Despite the lower risk of de novo resistance selection targeting the numerical bottleneck of Plasmodium development in the mosquito midgut, the net as a delivery system exposes a sporontocidal drug to important risks. Contact exposure of mosquitoes may well be much less than the studied 6 minutes, and drug exposure on a net surface is likely to diminish over years of use. This would result in subinhibitory exposure, not unlike adding chloroquine to salt in early malaria control efforts in Brazil.[6] Malaria control programs focus on minimizing the risk of treatment failure typically through the use of fixed-dose combinations in which component drugs have distinct resistance mechanisms.[7,8] As a matter of caution, a drug used to treat or prevent malaria, or, indeed, any drug cross-resistant with such an agent, should ideally not be used in a transmission-blocking strategy administered directly to mosquitoes, for example, on a bed-net or attractive toxic sugar bait, as this strategy would risk losing the efficacy of essential life-saving medicines. As stated in Paton et al.,[1] the use of atovaquone (a marketed antimalarial for both treatment and prophylaxis in combination with proguanil) was a proof of principle, and was not presented as a call to policy. Indeed, this novel approach to killing vector-stage parasites through direct mosquito exposure will ideally use new transmission-blocking drugs with modes of resistance that differ from those of approved products. The safest way to achieve this would be with a drug that is effective against Plasmodium sexual stages in the mosquito without exerting selective pressure on asexual blood-stage parasites. Several antimalarial drugs with sporontocidal activity have been developed, including atovaquone and, most recently, tafenoquine.[9,10] The pathway for approval of novel tools that prevent transmission, however, is arduous, and particularly so for products that are solely measured by impact on an epidemiological outcome.[11] The approach could be further challenged if an intervention that cured mosquitoes of parasites was seen to improve mosquito fitness or fecundity.[12]

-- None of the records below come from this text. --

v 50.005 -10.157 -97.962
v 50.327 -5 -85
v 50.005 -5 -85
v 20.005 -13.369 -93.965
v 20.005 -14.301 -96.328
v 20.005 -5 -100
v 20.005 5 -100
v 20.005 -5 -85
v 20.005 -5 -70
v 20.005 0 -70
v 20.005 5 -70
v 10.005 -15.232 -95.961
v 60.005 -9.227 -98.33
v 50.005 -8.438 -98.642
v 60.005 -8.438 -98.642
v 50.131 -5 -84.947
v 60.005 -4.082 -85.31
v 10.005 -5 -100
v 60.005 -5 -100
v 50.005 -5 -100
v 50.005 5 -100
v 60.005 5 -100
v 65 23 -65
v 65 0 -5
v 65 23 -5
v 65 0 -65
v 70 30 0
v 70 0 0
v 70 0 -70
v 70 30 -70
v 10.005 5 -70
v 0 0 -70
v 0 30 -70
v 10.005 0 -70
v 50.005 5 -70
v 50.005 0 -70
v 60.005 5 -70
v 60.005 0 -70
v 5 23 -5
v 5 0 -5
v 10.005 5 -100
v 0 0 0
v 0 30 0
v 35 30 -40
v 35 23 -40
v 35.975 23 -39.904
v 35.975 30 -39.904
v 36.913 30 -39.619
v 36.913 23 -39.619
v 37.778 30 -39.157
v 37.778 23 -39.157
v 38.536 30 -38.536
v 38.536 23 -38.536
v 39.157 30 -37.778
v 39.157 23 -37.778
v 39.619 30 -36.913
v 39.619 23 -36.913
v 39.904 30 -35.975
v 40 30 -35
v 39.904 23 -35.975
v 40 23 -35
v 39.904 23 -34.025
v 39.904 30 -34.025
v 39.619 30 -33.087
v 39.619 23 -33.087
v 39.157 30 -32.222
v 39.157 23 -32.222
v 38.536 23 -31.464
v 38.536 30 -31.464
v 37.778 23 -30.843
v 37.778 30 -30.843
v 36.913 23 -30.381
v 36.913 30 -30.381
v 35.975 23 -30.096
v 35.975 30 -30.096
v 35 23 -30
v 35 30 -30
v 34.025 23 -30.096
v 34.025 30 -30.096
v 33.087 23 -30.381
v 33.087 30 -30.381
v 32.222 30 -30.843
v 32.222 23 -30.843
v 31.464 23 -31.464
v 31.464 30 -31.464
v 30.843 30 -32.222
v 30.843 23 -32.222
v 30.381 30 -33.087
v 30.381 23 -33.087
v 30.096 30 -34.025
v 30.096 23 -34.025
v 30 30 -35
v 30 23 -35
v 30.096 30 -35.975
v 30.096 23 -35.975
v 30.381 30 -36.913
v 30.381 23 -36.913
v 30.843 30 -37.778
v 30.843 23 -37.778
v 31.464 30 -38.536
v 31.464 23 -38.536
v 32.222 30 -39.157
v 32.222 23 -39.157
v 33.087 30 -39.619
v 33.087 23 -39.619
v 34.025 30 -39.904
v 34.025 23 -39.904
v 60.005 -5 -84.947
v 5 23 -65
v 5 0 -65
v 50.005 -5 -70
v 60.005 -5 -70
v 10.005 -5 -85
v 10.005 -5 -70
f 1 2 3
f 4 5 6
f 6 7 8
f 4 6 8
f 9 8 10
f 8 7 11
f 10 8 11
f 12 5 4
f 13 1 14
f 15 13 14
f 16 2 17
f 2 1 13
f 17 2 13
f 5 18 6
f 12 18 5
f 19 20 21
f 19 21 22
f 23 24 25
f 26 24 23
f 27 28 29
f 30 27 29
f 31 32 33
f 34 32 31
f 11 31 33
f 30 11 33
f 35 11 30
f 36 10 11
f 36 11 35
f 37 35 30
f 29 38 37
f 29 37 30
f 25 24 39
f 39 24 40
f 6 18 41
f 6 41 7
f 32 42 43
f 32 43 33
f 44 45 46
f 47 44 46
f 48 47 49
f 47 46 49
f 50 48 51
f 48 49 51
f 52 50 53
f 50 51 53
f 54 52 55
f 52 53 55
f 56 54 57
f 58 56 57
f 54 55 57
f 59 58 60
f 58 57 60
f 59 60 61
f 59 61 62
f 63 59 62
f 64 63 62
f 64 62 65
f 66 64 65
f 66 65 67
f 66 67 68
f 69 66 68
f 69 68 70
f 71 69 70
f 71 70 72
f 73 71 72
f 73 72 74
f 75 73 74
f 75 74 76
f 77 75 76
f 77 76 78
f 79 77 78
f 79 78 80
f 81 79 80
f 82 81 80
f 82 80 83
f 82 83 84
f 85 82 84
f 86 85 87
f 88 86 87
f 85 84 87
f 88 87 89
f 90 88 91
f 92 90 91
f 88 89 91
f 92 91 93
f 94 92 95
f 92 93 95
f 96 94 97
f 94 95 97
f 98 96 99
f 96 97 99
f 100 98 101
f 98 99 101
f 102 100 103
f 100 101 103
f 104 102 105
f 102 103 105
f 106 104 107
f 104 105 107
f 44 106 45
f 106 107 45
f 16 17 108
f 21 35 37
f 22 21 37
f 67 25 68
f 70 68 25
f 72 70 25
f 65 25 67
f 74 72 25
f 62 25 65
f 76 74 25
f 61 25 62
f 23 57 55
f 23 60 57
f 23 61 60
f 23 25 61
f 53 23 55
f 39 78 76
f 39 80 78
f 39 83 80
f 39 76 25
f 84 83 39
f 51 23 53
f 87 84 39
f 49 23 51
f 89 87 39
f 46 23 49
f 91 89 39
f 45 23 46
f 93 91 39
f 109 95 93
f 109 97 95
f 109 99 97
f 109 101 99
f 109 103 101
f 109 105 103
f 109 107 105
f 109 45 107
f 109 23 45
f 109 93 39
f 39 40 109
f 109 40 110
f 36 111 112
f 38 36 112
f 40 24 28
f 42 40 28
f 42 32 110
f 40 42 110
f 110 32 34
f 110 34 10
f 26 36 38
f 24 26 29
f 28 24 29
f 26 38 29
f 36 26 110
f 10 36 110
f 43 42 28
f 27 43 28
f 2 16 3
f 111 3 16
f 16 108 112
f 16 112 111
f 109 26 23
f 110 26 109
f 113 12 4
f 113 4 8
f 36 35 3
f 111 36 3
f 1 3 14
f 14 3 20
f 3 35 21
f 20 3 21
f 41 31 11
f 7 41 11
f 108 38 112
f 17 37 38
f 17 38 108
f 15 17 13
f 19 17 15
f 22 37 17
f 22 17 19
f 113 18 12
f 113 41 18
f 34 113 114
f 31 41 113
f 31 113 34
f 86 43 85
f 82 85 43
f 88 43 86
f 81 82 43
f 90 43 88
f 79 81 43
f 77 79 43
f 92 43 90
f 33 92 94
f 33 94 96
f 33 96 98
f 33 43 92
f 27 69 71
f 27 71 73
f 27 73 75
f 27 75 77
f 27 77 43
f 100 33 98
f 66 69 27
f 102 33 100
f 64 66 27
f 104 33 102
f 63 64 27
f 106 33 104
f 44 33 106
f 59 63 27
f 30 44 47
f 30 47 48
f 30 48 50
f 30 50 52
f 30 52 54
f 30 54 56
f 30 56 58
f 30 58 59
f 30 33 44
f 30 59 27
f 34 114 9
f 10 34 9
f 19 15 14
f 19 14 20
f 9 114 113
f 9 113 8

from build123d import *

# Parameters (mm, degrees)
ESQUISSE1_W              = 70
ESQUISSE1_H              = 70
BOSS_EXTRU_4_DEPTH       = 30
ESQUISSE5_W              = 60
ESQUISSE5_H              = 60
ENL_V_MAT_EXTRU_3_DEPTH  = 23
ESQUISSE6_R              = 5
ENL_V_MAT_EXTRU_4_DEPTH  = 23
ESQUISSE28_W             = 10
ESQUISSE28_H             = 30
BOSS_EXTRU_8_DEPTH       = 5
BOSS_EXTRU_9_DEPTH       = 10
ESQUISSE30_W             = 10
ESQUISSE30_H             = 30
BOSS_EXTRU_10_DEPTH      = 5
BOSS_EXTRU_14_DEPTH      = 10
ENL_V_MAT_EXTRU_6_DEPTH  = 10
ENL_V_MAT_EXTRU_15_DEPTH = 14


with BuildPart() as part:
    # Esquisse1 → Boss.-Extru.4 (new body)
    with BuildSketch(Plane(origin=(0, 0, 0), x_dir=(1, 0, 0), z_dir=(0, 1, 0))):
        with Locations((35, 35)):
            Rectangle(ESQUISSE1_W, ESQUISSE1_H)
    extrude(amount=BOSS_EXTRU_4_DEPTH)

    # Esquisse5 → Enlèv. mat.-Extru.3 (cut)
    with BuildSketch(Plane(origin=(0, 0, 0), x_dir=(-1, 0, 0), z_dir=(0, -1, 0))):
        with Locations((-35, 35)):
            Rectangle(ESQUISSE5_W, ESQUISSE5_H)
    extrude(amount=-ENL_V_MAT_EXTRU_3_DEPTH, mode=Mode.SUBTRACT)

    # Esquisse6 → Enlèv. mat.-Extru.4 (cut)
    with BuildSketch(Plane(origin=(0, 23, 0), x_dir=(-1, 0, 0), z_dir=(0, -1, 0))):
        with Locations(Location((-35, 35, 0), (0, 0, 90))):
            Circle(ESQUISSE6_R)
    extrude(amount=-ENL_V_MAT_EXTRU_4_DEPTH, mode=Mode.SUBTRACT)

    # Esquisse28 → Boss.-Extru.8 (add, symmetric)
    with BuildSketch(Plane.XZ):
        with Locations((55.004966989, -85)):
            Rectangle(ESQUISSE28_W, ESQUISSE28_H)
    extrude(amount=BOSS_EXTRU_8_DEPTH, both=True)

    # Esquisse29 → Boss.-Extru.9 (add)
    with BuildSketch(Plane(origin=(60.004966989, 0, 0), x_dir=(0, 0, -1), z_dir=(1, 0, 0))):
        Polygon((98.641624501, -8.437704854), (100, -5), (85, -5), (97.962436751, -10.156557281), align=None)
    extrude(amount=-BOSS_EXTRU_9_DEPTH)

    # Esquisse30 → Boss.-Extru.10 (add, symmetric)
    with BuildSketch(Plane.XZ):
        with Locations((15.004966989, -85)):
            Rectangle(ESQUISSE30_W, ESQUISSE30_H)
    extrude(amount=BOSS_EXTRU_10_DEPTH, both=True)

    # Esquisse39 → Boss.-Extru.14 (add)
    with BuildSketch(Plane.ZY.offset(-10.004966989)):
        Polygon((-100, -5), (-95.960946885, -15.231620103), (-85, -5), align=None)
    extrude(amount=-BOSS_EXTRU_14_DEPTH)

    # Esquisse40 → Enlèv. mat.-Extru.6 (cut)
    with BuildSketch(Plane(origin=(0, -34.827896321, -88.22508495), x_dir=(-1, 0, 0), z_dir=(0, -0.3671866467775486, -0.930147282116257))):
        Polygon((-20.004966989, 21.067928267), (-20.004966989, 22.067928267), (-10.004966989, 21.067928267), align=None)
    extrude(amount=-ENL_V_MAT_EXTRU_6_DEPTH, mode=Mode.SUBTRACT)

    # Esquisse41 → Enlèv. mat.-Extru.15 (cut)
    with BuildSketch(Plane(origin=(0, -34.85291455, -88.203912367), x_dir=(-1, 0, 0), z_dir=(0, -0.36749110102927884, -0.9300270375985252))):
        Polygon((-60.004966989, 27.554450861), (-60.004966989, 26.554450861), (-50.004966989, 26.554450861), align=None)
    extrude(amount=-ENL_V_MAT_EXTRU_15_DEPTH, mode=Mode.SUBTRACT)


solid = part.part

Despite the challenges to developing bed-nets that deliver an anti-Plasmodium drug, the good news is 3-fold. First, there is a renewed investment in developing and delivering novel insecticides for nets and indoor residual spraying that effectively kill mosquitoes resistant to current agents.[13] Second, new delivery systems, such as attractive toxic sugar baits, may allow more standard dosing and greater compound stability compared with that with a complex net matrix used over years.[14,15] Third, existing high-throughput phenotypic or target-based screens[16-18] could be adapted to identify sporontocidal antimalarials—compounds that would block transmission in mosquitoes. Were such agents to have different mechanisms of resistance from those of approved antimalarials and insecticides, then with careful optimization of potency, physical properties, metabolic stability, and safety—all with a focus on low cost—an appropriate mosquito-targeted transmission-blocking agent could be delivered that is tailored for use within traditional vector control strategies. The study by Paton et al.[1] stimulates a powerful new approach[19] to reducing the global burden of malaria and potentially other mosquito vector-borne diseases.